Step 2: Map your data
Create a complete inventory of the personal information you collect, including:
- What categories of data you collect
- Where the data comes from (directly from consumers, from third parties, from automated collection)
- Why you collect it (specific business purposes)
- Who you share it with (service providers, third parties, advertising partners)
- How long you retain it
Step 3: Update your privacy disclosures
Your privacy policy needs CCPA-specific language covering all required disclosures. A compliance tool like TermsBox can help you generate a privacy policy that includes the required CCPA sections alongside GDPR disclosures, so you do not need to maintain separate documents for each law.
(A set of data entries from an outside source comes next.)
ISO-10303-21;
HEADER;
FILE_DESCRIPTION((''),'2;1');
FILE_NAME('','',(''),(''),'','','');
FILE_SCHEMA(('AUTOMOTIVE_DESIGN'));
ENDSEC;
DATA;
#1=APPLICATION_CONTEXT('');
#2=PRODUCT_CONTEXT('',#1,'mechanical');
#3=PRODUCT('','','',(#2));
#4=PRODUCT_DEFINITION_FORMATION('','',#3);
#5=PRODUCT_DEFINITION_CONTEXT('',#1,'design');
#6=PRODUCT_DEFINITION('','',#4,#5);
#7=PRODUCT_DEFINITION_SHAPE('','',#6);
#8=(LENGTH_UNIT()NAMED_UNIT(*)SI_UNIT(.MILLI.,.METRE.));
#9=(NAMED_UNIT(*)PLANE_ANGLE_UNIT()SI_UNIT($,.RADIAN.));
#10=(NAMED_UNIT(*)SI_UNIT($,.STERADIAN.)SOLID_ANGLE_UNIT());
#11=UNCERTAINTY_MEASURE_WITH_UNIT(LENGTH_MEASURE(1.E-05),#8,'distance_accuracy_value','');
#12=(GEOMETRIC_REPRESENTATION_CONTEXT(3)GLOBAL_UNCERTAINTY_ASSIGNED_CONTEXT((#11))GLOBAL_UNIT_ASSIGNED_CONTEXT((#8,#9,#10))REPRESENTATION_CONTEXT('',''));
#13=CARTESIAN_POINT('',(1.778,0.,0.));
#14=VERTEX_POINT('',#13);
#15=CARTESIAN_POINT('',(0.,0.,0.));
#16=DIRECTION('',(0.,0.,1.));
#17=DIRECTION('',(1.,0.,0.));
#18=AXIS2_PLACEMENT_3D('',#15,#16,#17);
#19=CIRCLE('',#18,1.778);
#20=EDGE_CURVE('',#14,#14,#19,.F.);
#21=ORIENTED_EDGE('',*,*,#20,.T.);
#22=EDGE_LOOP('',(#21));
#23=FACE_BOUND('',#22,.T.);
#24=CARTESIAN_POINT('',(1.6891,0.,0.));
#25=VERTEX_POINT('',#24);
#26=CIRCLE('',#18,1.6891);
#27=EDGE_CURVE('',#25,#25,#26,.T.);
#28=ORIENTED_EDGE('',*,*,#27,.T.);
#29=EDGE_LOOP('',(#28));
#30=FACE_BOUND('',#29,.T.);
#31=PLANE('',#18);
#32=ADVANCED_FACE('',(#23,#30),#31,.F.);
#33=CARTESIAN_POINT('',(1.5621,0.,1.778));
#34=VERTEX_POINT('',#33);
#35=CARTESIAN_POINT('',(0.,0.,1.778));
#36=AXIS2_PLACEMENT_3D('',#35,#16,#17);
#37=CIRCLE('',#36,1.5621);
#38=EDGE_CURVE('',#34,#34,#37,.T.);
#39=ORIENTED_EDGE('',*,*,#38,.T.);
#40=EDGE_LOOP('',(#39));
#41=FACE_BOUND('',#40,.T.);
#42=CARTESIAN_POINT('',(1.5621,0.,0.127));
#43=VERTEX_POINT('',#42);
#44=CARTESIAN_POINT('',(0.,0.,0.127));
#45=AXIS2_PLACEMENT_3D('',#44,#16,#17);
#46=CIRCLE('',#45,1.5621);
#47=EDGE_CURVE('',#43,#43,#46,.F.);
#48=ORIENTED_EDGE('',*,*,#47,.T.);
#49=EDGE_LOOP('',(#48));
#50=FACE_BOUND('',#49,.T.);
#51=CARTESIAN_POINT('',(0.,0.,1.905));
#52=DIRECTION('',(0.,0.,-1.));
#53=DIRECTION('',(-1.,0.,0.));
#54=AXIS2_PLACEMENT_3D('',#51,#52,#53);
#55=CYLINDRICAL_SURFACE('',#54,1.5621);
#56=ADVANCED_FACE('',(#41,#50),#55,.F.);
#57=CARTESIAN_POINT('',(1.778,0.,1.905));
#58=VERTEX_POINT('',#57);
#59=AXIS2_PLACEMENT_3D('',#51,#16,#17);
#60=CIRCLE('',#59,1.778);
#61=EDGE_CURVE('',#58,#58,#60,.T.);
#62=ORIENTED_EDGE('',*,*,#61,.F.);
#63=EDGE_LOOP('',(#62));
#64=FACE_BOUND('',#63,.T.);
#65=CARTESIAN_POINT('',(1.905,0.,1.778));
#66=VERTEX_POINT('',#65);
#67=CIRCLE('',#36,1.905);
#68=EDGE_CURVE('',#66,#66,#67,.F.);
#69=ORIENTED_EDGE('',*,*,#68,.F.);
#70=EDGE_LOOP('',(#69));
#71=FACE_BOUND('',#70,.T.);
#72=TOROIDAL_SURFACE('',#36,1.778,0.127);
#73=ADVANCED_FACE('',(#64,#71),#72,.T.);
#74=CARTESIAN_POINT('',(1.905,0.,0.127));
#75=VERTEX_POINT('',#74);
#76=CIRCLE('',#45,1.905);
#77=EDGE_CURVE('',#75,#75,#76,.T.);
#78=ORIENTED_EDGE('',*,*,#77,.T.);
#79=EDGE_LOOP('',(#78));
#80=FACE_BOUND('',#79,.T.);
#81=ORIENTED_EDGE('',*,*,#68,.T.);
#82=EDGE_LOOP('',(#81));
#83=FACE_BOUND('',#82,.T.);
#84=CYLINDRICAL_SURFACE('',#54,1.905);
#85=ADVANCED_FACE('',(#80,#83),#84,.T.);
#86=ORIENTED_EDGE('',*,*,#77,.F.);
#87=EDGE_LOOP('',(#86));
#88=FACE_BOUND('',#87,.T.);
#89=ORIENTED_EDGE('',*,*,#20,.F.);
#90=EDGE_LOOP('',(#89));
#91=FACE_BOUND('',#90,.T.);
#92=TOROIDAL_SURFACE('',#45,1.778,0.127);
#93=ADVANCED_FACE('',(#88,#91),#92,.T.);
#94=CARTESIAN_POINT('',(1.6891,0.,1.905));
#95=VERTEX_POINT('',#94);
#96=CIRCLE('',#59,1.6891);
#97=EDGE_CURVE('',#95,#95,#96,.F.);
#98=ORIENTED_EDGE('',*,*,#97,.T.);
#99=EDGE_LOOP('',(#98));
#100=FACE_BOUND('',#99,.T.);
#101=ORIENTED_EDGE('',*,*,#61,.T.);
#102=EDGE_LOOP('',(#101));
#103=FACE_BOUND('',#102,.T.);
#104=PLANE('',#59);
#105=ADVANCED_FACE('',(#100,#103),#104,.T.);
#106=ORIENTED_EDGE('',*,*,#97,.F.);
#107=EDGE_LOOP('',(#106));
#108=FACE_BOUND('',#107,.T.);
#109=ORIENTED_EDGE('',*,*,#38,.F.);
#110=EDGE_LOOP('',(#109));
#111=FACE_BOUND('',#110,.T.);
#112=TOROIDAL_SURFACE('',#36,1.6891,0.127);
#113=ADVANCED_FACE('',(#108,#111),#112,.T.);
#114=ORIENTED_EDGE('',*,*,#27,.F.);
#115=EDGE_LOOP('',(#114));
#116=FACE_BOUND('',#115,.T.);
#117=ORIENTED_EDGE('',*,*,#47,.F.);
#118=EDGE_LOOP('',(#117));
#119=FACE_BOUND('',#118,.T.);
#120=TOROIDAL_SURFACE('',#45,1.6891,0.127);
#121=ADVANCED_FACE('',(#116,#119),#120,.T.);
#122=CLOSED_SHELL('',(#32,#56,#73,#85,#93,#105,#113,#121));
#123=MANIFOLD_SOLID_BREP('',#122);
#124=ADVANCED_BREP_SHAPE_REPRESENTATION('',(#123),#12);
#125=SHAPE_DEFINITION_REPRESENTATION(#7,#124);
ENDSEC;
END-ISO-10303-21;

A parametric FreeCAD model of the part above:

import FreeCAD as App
import Part
import Sketcher
from FreeCAD import Vector
Q = App.Units.Quantity


def edges_at(feature, points):
    """Names of the edges that pass closest to the given points."""
    edges = feature.Shape.Edges
    near = lambda p: min(range(len(edges)), key=lambda i: edges[i].distToShape(Part.Vertex(*p))[0])
    return sorted({f"Edge{near(p) + 1}" for p in points})

doc = App.newDocument("Part")
body = doc.addObject("PartDesign::Body", "Body")

sketch1 = doc.addObject("Sketcher::SketchObject", "Sketch")
body.addObject(sketch1)
sketch1.AttachmentSupport = (doc.XY_Plane, [""])
sketch1.MapMode = "FlatFace"
sketch1.addGeometry([
    Part.Circle(Vector(0, 0, 0), Vector(0, 0, 1), 1.905),
    Part.Circle(Vector(0, 0, 0), Vector(0, 0, 1), 1.5621),
], False)
sketch1.addConstraint([
    Sketcher.Constraint("Coincident", 0, 3, -1, 1),
    Sketcher.Constraint("Coincident", 1, 3, -1, 1),
    Sketcher.Constraint("Diameter", 0, Q("0.15 in")),
    Sketcher.Constraint("Diameter", 1, Q("0.123 in")),
])
pad1 = doc.addObject("PartDesign::Pad", "Pad")
body.addObject(pad1)
pad1.Profile = sketch1
pad1.Length = Q("0.075 in")
doc.recompute()

fillet = doc.addObject("PartDesign::Fillet", "Fillet")
body.addObject(fillet)
fillet.Base = (pad1, edges_at(pad1, [
    (-1.905, 0, 0),
    (-1.905, 0, 1.905),
    (-1.562, 0, 0),
    (-1.562, 0, 1.905),
]))
fillet.Radius = Q("0.005 in")

doc.recompute()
Step 4: Build request handling infrastructure
Set up intake methods (web form, email, phone number), identity verification procedures, response tracking systems, and internal workflows that can meet the 45-day response deadline consistently.
Step 5: Train your team
Everyone who handles consumer inquiries needs to recognize CCPA requests, route them correctly, and understand the consequences of mishandling them. Document your procedures and review them quarterly.
Step 6: Review vendor relationships
Audit your service providers, contractors, and third-party data relationships. Update contracts to include CCPA-required terms. Pay special attention to advertising technology vendors, as data shared for targeted advertising may qualify as "selling" or "sharing" under the CCPA.
Frequently Asked Questions
What is the CCPA in simple terms?
The CCPA (California Consumer Privacy Act) is a California law that gives residents the right to know what personal information businesses collect about them, request its deletion, opt out of its sale, and not face discrimination for exercising these rights. It applies to for-profit businesses that meet specific revenue or data volume thresholds.
Does the CCPA apply to small businesses?
The CCPA only applies to for-profit businesses that meet at least one of three thresholds: annual gross revenue over $25 million, buying or selling the personal information of 100,000 or more consumers or households per year, or deriving 50% or more of annual revenue from selling or sharing personal information. Small businesses below all three thresholds are exempt, though they may still be covered by other privacy laws.
What is the difference between the CCPA and the CPRA?
The CPRA (California Privacy Rights Act) is an amendment to the CCPA that took effect on January 1, 2023, with enforcement beginning July 1, 2023. It added new rights (correction, limiting use of sensitive data), created the California Privacy Protection Agency (CPPA) as a dedicated enforcement body, introduced the concept of sensitive personal information, and expanded the definition of sharing to include cross-context behavioral advertising.
What are the penalties for CCPA violations?
Civil penalties for CCPA violations range from $2,500 per unintentional violation to $7,500 per intentional violation, enforced by the California Attorney General and the CPPA. Consumers also have a private right of action for data breaches involving unencrypted or unredacted personal information, with statutory damages of $100 to $750 per consumer per incident, or actual damages if higher.
Does the CCPA apply to businesses outside California?
Yes. The CCPA applies to any for-profit business that meets the applicability thresholds and collects personal information from California residents, regardless of where the business is physically located. A company in Texas, New York, or even outside the United States can be subject to the CCPA if it serves California consumers and meets the criteria.